Could you please verify this is an issue or not.  The NHC is already slowing things down quite a bit, this would definitely slow things down much more and complicate the code even more.

In either case neither the application NHC and reservation NHC will start until after the application is completely done on the nodes it was running on.

Debug levels are as such...

0 = quiet
1 = fatal
2 = error
3 = info
4 = verbose
5 = debug
6 = debug2
7 = debug3
8 = debug4
9 = debug5

or you can just put debug2 or debug3 or whatever instead of the old number way.

This probably would of been one of the very rare times debug3 would of given you helpful information ;).
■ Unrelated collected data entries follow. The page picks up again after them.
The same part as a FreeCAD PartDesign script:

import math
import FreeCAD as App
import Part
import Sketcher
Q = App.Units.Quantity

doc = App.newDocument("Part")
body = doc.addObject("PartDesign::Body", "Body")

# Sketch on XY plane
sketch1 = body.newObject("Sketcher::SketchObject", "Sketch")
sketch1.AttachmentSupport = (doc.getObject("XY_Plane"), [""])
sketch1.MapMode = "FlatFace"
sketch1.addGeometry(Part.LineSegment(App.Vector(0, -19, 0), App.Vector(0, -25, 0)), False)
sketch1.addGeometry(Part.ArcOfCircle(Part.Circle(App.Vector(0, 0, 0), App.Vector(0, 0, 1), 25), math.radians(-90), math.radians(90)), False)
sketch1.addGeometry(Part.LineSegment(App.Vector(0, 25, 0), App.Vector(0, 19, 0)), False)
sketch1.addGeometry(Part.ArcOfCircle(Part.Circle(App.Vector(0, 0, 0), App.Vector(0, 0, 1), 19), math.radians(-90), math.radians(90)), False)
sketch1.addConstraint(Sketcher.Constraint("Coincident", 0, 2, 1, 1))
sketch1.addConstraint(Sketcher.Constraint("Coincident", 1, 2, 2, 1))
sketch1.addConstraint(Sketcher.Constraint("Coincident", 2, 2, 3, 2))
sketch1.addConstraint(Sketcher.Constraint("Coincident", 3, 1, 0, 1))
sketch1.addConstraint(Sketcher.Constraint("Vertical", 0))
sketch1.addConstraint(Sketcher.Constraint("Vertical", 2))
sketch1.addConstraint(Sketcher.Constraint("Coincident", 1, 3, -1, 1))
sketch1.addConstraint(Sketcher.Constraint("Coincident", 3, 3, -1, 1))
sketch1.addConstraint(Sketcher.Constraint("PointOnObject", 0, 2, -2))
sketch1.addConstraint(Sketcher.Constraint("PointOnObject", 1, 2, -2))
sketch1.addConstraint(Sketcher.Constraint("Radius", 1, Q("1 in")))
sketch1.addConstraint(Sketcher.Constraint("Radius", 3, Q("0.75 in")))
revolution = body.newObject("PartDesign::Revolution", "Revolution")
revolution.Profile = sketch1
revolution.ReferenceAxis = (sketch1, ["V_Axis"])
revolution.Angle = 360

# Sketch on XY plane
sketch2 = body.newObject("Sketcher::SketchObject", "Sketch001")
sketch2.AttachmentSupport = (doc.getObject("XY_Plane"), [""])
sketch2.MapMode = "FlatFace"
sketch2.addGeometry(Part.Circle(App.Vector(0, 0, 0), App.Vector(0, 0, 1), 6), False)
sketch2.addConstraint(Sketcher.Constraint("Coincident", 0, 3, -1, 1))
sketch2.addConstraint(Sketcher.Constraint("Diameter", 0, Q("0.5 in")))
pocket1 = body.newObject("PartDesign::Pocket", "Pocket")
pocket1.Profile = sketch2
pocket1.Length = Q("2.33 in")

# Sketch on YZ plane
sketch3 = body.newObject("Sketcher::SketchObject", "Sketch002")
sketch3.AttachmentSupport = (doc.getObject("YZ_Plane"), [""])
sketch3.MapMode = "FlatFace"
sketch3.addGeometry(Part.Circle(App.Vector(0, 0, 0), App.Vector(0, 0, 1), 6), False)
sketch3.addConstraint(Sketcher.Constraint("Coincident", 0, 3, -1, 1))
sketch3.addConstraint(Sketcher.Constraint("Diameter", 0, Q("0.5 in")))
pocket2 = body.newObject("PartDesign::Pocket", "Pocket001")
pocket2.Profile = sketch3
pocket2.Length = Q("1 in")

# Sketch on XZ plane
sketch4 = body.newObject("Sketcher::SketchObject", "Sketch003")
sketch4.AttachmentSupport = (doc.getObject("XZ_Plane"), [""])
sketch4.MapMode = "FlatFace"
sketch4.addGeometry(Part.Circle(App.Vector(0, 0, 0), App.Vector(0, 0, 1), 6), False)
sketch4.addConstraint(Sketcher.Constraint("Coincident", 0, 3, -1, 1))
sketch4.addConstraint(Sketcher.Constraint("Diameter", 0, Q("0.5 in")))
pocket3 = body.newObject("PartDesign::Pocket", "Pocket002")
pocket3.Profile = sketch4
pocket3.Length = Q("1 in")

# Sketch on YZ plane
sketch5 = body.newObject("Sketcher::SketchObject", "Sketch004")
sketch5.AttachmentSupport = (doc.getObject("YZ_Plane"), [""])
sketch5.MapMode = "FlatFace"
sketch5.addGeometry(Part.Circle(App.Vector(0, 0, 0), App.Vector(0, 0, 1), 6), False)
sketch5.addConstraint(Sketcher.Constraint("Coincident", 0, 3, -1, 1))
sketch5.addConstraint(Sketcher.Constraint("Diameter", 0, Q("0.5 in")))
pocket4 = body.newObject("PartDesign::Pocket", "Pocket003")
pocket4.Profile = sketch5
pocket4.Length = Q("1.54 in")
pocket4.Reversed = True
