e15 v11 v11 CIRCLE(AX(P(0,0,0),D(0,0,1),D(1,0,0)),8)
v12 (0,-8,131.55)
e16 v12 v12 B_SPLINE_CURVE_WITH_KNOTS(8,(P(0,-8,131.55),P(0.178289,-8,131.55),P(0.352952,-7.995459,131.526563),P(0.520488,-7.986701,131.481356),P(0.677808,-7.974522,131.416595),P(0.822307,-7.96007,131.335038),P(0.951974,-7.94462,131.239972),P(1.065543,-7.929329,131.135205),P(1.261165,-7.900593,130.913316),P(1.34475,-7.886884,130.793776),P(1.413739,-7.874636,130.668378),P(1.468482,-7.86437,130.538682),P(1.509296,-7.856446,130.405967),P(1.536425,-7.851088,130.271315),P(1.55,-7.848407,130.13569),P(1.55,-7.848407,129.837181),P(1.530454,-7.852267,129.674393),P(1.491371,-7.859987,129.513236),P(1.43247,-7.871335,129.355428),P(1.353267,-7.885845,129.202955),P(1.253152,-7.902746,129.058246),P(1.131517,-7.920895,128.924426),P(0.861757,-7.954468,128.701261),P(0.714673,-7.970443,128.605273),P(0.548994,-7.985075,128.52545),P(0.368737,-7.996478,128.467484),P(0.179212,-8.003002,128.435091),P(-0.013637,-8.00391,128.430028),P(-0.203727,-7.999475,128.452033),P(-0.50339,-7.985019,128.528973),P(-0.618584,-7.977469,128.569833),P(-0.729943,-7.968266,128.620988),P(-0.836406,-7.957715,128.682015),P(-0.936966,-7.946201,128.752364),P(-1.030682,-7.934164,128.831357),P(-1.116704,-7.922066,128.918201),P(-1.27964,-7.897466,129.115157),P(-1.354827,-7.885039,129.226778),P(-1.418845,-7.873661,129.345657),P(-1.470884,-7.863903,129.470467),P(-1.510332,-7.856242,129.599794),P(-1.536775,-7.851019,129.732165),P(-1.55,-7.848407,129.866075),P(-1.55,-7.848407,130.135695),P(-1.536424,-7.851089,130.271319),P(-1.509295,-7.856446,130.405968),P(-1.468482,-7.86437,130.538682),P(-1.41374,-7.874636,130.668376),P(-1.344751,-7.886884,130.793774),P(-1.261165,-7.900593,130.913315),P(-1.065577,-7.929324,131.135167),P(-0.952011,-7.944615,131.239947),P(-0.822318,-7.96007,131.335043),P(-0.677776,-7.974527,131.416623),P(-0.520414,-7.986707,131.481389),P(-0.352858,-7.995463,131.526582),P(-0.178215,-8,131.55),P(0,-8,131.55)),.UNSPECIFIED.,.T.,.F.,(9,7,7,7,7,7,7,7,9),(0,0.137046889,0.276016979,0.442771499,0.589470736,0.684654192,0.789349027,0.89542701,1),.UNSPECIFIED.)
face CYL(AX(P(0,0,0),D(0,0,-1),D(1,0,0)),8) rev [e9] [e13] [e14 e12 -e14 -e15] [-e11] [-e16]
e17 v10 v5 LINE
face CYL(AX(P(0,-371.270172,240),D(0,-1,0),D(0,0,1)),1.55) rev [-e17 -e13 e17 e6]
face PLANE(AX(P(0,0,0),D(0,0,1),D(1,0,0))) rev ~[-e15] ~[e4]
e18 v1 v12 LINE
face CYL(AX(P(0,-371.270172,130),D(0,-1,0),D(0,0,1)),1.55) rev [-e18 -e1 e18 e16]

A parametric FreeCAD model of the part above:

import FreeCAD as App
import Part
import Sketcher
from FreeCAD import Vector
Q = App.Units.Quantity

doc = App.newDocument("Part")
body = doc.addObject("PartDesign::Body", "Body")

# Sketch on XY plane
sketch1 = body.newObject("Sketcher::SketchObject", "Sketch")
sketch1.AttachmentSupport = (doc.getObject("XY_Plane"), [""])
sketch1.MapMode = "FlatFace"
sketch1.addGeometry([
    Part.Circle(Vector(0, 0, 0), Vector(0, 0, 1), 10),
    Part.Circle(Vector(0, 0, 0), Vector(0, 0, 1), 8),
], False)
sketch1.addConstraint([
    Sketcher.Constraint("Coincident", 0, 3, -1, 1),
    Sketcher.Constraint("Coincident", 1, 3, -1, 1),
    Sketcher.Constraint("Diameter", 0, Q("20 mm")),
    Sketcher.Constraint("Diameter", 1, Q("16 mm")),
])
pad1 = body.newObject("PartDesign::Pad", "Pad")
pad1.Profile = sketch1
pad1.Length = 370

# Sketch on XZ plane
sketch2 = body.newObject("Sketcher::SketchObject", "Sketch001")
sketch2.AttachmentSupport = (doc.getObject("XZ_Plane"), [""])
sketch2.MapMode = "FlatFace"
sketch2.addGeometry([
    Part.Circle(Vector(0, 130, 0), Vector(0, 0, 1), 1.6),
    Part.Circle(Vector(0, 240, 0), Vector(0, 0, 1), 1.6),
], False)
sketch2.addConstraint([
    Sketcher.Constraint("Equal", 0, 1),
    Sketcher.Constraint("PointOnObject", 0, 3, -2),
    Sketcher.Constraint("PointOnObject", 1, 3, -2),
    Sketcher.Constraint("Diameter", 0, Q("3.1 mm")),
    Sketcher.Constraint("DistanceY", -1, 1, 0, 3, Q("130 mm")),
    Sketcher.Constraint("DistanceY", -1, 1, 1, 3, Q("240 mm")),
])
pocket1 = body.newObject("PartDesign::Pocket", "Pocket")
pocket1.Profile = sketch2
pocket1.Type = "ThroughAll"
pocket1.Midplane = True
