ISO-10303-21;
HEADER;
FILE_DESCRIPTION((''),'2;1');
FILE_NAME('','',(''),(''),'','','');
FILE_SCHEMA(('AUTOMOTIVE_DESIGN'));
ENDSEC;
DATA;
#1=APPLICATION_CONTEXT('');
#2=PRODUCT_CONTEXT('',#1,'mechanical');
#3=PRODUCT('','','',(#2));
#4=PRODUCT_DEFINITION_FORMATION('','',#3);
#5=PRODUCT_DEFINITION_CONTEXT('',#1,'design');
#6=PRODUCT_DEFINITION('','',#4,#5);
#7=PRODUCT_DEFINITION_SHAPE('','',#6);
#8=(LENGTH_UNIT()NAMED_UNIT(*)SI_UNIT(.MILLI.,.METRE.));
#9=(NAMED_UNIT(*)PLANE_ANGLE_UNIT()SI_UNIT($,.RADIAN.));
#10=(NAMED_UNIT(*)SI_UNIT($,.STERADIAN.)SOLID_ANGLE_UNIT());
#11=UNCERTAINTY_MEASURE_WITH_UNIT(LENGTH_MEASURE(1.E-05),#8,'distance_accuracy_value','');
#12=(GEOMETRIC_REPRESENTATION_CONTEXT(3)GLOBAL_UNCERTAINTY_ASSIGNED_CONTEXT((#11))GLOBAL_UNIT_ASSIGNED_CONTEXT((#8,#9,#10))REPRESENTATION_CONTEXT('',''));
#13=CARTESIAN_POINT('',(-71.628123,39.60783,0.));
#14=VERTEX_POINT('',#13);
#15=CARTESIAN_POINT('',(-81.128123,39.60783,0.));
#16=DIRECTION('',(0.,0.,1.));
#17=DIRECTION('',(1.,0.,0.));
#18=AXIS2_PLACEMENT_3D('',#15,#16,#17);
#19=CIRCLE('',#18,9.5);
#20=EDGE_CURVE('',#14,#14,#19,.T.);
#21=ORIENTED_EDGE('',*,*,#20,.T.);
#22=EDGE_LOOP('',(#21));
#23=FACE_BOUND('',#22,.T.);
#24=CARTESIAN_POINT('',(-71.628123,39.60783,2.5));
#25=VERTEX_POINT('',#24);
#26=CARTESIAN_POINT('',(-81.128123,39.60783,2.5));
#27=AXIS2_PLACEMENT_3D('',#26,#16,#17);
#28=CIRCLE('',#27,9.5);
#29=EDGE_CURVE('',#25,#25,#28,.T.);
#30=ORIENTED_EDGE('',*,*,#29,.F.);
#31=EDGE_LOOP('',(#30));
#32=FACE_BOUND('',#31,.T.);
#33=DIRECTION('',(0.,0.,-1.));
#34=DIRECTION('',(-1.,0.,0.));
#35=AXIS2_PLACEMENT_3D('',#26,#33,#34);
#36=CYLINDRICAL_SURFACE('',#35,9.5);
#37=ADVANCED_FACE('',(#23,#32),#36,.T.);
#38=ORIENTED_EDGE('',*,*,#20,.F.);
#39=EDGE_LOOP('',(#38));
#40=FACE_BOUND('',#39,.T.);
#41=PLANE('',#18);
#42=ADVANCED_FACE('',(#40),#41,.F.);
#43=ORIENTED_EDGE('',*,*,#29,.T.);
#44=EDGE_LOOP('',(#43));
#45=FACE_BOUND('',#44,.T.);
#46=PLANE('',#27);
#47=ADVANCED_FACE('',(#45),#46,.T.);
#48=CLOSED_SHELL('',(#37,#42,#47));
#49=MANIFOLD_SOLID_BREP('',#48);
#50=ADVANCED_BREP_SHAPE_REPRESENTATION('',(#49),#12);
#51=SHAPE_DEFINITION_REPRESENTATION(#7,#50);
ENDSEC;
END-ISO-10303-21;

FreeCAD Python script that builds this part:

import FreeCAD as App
import Part
import Sketcher
Q = App.Units.Quantity

doc = App.newDocument("Part")
body = doc.addObject("PartDesign::Body", "Body")

# Sketch on XY plane
sketch1 = body.newObject("Sketcher::SketchObject", "Sketch")
sketch1.AttachmentSupport = (doc.getObject("XY_Plane"), [""])
sketch1.MapMode = "FlatFace"
sketch1.addGeometry(Part.Circle(App.Vector(-81, 40, 0), App.Vector(0, 0, 1), 10), False)
sketch1.addConstraint(Sketcher.Constraint("Diameter", 0, Q("19 mm")))
sketch1.addConstraint(Sketcher.Constraint("DistanceY", -1, 1, 0, 3, Q("39.60783 mm")))
sketch1.addConstraint(Sketcher.Constraint("DistanceX", 0, 3, -1, 1, Q("81.128123 mm")))
pad1 = body.newObject("PartDesign::Pad", "Pad")
pad1.Profile = sketch1
pad1.Length = 2.5

doc.recompute()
Comment 4 David Gloe 2013-10-24 10:05:16 MDT

I didn't mean that the application NHC needs to be before the reservation NHC. What I meant is that you shouldn't call the reservation or application NHC before the application itself has exited. I assume that's the case already, but just wanted to make sure.

As long as that's true the application and reservation NHC can run in parallel.

Comment 5 Danny Auble 2013-10-28 04:43:24 MDT

Perfect.  I just removed the else if here 148d619f8b76a82ebd988fb00f8a21b73b7c3263.

This should fix it.  Let me know otherwise.